◆ **Required work**: Take the entries that follow and return exactly the lines from the one holding "v -2.4563 -4.2545 2.667" through the one holding "v -2.0219 -0.3047 3.048", both included. Nothing else is needed.

::: Given records

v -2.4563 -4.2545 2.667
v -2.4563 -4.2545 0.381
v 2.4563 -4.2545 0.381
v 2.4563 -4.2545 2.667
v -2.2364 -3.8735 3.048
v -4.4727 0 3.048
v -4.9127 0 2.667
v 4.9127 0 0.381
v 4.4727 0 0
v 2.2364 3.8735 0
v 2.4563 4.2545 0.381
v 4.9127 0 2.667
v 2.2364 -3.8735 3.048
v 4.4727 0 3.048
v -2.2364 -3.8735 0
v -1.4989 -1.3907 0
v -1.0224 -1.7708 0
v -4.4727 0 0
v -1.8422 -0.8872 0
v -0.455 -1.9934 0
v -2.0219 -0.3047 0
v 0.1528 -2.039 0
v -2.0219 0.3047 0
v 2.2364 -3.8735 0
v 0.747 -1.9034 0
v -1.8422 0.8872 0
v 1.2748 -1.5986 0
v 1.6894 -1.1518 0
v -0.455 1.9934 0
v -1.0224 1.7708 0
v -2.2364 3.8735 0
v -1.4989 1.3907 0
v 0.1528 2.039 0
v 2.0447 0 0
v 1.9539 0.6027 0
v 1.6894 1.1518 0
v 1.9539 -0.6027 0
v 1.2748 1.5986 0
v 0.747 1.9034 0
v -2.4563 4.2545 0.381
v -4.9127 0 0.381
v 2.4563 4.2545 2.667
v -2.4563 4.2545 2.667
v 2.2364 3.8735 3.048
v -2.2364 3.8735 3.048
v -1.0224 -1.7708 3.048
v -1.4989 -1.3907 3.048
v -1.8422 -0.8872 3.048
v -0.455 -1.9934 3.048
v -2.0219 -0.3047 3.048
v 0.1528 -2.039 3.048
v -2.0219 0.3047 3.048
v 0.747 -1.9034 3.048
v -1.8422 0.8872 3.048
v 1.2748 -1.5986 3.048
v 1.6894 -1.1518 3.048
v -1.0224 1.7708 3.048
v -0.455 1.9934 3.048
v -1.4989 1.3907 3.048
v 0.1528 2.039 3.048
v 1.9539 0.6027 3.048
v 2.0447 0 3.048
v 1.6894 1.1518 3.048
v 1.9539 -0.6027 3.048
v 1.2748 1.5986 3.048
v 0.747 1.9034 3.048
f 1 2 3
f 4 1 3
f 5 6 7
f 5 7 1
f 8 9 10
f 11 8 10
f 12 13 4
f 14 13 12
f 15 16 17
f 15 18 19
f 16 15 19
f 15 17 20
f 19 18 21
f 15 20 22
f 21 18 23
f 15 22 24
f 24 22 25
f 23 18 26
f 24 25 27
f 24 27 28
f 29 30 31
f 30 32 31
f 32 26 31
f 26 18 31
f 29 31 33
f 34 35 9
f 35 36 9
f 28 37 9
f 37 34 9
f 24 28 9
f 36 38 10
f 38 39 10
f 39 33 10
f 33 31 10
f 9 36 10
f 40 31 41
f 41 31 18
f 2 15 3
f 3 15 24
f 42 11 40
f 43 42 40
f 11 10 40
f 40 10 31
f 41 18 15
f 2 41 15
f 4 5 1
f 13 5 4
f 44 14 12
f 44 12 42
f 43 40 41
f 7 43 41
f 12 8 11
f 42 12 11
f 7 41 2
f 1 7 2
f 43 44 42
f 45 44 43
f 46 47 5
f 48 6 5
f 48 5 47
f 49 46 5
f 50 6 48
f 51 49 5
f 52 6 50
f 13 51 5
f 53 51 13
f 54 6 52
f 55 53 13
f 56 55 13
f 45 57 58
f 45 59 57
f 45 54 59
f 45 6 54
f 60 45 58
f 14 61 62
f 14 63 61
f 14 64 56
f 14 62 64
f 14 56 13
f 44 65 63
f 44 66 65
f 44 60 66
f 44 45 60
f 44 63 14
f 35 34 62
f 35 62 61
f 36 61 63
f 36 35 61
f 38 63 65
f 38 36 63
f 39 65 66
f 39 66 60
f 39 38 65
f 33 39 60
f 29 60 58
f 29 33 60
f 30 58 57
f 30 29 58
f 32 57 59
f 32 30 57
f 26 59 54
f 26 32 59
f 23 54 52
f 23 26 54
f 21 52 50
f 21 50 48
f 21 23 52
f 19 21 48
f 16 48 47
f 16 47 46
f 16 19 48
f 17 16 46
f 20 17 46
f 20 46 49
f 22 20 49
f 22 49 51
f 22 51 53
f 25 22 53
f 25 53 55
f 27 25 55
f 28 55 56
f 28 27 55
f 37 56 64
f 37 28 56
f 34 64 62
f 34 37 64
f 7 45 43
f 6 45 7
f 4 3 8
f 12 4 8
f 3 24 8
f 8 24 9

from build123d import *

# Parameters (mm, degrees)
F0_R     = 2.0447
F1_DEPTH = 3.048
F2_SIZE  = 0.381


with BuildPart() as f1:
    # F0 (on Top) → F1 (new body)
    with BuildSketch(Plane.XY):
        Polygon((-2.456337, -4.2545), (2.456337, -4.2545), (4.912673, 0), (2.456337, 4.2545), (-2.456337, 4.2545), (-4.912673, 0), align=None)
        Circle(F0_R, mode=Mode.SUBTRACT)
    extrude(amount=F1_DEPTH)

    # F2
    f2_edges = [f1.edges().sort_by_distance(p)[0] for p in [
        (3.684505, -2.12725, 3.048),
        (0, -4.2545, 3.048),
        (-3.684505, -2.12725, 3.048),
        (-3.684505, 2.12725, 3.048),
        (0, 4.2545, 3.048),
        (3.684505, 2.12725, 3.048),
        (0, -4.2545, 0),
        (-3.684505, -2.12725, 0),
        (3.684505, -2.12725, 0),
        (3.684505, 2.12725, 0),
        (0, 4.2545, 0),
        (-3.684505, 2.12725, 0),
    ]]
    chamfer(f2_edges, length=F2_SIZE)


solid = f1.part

::::::
::: Given records

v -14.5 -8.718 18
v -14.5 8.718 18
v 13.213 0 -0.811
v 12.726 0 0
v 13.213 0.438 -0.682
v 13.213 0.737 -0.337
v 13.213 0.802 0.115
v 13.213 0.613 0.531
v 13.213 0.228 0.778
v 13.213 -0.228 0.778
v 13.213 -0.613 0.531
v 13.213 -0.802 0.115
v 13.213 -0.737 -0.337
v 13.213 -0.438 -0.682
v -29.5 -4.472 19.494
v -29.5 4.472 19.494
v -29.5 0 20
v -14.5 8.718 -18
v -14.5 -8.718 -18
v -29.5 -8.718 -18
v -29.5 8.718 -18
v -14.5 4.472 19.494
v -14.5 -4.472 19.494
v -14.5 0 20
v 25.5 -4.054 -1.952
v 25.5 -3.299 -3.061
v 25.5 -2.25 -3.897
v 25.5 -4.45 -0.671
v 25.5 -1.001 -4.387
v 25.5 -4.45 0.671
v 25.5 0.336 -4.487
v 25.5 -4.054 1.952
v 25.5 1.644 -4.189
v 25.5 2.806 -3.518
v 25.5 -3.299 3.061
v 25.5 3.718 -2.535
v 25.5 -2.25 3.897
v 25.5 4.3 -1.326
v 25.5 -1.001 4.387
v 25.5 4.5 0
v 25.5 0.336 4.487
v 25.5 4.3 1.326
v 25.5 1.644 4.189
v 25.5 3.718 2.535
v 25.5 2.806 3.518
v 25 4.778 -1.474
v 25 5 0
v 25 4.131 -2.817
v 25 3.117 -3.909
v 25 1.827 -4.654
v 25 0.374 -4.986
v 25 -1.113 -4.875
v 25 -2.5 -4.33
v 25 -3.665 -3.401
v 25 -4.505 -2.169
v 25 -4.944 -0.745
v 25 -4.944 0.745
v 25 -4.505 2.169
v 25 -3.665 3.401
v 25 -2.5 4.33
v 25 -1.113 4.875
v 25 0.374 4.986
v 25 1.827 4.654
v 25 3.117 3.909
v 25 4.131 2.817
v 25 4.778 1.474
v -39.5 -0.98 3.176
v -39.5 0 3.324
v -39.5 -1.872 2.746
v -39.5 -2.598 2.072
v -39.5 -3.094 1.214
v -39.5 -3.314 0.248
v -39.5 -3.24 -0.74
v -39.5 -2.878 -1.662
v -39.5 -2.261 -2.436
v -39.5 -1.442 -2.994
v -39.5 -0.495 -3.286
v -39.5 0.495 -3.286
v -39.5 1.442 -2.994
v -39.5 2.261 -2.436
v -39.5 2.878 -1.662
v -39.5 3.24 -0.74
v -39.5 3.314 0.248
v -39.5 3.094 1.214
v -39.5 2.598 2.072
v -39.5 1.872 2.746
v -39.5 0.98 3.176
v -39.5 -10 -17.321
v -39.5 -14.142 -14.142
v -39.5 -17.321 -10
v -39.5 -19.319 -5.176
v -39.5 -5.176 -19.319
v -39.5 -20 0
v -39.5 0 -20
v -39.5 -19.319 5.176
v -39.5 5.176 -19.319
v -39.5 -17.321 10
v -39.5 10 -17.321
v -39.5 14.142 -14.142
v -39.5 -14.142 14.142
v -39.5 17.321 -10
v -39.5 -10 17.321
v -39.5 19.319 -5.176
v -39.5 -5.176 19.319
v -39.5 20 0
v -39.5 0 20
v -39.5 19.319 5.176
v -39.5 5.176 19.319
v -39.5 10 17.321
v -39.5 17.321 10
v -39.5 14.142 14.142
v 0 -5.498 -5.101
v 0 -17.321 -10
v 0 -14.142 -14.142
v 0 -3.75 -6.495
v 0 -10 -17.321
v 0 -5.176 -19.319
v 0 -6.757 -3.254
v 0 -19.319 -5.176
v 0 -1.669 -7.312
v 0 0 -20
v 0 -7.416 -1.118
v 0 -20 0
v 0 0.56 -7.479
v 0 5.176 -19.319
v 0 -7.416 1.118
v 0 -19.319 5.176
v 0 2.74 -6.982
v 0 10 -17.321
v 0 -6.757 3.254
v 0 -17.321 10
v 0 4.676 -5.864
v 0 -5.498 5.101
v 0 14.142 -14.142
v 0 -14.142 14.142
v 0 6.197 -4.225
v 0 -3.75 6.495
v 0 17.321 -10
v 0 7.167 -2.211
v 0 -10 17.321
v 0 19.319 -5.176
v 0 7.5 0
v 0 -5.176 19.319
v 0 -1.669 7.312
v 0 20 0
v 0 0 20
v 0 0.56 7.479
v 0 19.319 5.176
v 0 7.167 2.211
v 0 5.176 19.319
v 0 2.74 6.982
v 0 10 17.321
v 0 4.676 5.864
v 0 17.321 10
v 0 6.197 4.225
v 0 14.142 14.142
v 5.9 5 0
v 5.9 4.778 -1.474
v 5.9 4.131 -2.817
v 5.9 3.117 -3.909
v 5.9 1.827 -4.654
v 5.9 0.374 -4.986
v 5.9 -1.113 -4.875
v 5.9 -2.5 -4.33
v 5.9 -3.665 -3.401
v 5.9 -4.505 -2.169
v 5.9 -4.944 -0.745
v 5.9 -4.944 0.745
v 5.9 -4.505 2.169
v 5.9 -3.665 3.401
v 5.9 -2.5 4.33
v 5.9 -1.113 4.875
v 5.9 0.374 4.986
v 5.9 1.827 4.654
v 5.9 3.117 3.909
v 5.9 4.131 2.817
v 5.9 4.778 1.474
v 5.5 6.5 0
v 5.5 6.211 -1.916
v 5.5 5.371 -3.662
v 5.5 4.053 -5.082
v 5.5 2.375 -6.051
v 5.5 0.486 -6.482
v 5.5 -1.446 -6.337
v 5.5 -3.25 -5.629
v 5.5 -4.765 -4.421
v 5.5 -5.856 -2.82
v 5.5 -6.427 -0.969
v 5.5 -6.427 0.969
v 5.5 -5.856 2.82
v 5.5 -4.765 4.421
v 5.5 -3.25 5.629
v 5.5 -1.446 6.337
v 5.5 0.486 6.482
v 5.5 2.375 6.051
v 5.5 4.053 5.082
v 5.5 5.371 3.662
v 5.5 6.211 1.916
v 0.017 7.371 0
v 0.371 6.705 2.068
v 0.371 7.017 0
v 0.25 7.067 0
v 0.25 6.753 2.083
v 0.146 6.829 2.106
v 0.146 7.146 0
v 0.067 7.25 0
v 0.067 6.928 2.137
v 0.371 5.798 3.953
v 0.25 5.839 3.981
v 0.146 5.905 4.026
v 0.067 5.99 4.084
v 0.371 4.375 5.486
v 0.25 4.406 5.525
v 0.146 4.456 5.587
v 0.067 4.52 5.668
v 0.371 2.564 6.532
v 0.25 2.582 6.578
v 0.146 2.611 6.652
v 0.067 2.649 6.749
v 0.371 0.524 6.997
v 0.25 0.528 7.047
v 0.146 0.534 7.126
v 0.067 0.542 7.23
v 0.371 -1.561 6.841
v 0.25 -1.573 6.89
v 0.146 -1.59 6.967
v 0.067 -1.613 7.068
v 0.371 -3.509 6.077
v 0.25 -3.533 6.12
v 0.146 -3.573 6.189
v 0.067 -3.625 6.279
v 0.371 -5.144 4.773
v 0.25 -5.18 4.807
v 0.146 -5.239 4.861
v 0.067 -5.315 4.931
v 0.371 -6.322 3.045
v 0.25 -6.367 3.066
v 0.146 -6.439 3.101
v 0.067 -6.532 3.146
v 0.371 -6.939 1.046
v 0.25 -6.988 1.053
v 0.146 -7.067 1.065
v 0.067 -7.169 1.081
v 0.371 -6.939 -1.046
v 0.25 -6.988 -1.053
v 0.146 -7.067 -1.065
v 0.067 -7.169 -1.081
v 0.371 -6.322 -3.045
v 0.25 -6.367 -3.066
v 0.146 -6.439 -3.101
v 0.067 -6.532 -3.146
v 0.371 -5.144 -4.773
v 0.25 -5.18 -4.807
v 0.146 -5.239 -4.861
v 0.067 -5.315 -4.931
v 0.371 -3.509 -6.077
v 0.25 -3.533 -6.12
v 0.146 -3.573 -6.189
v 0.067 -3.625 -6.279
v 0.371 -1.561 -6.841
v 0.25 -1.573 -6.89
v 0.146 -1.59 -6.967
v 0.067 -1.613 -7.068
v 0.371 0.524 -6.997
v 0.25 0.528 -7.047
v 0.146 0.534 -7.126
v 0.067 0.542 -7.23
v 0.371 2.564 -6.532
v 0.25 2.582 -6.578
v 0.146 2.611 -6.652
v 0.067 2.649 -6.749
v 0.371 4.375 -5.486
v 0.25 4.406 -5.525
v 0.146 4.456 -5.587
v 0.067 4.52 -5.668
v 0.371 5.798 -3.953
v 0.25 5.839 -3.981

::::::
::: Given records

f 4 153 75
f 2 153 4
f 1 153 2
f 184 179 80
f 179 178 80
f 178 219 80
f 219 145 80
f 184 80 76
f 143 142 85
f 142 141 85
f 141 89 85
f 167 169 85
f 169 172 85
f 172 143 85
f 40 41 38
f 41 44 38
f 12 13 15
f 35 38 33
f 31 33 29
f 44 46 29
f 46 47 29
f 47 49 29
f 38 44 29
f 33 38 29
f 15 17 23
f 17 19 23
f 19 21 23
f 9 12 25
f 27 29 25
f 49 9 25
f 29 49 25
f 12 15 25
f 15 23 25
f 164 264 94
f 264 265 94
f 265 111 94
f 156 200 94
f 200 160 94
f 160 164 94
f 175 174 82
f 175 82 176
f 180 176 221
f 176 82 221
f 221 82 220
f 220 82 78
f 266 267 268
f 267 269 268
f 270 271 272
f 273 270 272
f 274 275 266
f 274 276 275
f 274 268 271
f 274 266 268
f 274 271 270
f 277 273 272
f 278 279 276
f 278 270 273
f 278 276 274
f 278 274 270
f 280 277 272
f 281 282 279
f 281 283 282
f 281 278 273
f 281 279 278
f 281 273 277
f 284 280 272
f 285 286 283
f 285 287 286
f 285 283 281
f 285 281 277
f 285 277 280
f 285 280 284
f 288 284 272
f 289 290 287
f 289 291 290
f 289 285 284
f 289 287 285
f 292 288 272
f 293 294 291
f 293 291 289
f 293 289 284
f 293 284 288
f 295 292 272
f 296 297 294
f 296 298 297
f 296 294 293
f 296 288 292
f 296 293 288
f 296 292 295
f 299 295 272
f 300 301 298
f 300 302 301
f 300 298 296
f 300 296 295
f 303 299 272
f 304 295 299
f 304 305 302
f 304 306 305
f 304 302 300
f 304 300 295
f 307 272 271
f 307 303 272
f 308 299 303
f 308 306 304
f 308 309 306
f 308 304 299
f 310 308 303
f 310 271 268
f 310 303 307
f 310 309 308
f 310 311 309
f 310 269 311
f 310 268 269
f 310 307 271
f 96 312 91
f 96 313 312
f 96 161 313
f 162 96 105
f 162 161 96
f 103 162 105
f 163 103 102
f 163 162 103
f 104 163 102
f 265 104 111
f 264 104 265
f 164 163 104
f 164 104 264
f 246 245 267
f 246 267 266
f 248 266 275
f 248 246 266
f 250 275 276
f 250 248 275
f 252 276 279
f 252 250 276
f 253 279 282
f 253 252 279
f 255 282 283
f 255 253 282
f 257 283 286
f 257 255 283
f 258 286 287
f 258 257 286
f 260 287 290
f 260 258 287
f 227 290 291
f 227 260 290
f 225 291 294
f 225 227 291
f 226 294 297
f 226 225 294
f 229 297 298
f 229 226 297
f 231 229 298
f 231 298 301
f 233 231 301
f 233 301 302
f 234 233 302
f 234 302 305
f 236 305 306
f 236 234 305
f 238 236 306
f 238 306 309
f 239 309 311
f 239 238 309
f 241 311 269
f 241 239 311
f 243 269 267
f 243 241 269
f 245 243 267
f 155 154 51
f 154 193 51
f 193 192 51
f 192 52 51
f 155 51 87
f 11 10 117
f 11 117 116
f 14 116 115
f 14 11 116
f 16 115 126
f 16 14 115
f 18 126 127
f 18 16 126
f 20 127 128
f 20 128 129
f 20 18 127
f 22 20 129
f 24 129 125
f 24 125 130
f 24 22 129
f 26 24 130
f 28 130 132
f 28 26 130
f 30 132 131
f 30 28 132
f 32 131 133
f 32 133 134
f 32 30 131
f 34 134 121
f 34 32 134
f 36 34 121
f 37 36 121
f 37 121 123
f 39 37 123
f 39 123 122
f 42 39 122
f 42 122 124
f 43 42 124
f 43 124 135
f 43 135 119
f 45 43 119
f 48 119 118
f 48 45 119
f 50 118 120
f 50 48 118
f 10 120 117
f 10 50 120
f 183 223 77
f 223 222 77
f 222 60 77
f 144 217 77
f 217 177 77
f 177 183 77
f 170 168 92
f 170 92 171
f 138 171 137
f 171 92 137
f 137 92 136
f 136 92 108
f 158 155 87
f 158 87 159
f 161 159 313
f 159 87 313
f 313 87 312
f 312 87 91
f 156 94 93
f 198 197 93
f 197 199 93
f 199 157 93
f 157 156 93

::::::

◆ **Task answer**:
v -2.4563 -4.2545 2.667
v -2.4563 -4.2545 0.381
v 2.4563 -4.2545 0.381
v 2.4563 -4.2545 2.667
v -2.2364 -3.8735 3.048
v -4.4727 0 3.048
v -4.9127 0 2.667
v 4.9127 0 0.381
v 4.4727 0 0
v 2.2364 3.8735 0
v 2.4563 4.2545 0.381
v 4.9127 0 2.667
v 2.2364 -3.8735 3.048
v 4.4727 0 3.048
v -2.2364 -3.8735 0
v -1.4989 -1.3907 0
v -1.0224 -1.7708 0
v -4.4727 0 0
v -1.8422 -0.8872 0
v -0.455 -1.9934 0
v -2.0219 -0.3047 0
v 0.1528 -2.039 0
v -2.0219 0.3047 0
v 2.2364 -3.8735 0
v 0.747 -1.9034 0
v -1.8422 0.8872 0
v 1.2748 -1.5986 0
v 1.6894 -1.1518 0
v -0.455 1.9934 0
v -1.0224 1.7708 0
v -2.2364 3.8735 0
v -1.4989 1.3907 0
v 0.1528 2.039 0
v 2.0447 0 0
v 1.9539 0.6027 0
v 1.6894 1.1518 0
v 1.9539 -0.6027 0
v 1.2748 1.5986 0
v 0.747 1.9034 0
v -2.4563 4.2545 0.381
v -4.9127 0 0.381
v 2.4563 4.2545 2.667
v -2.4563 4.2545 2.667
v 2.2364 3.8735 3.048
v -2.2364 3.8735 3.048
v -1.0224 -1.7708 3.048
v -1.4989 -1.3907 3.048
v -1.8422 -0.8872 3.048
v -0.455 -1.9934 3.048
v -2.0219 -0.3047 3.048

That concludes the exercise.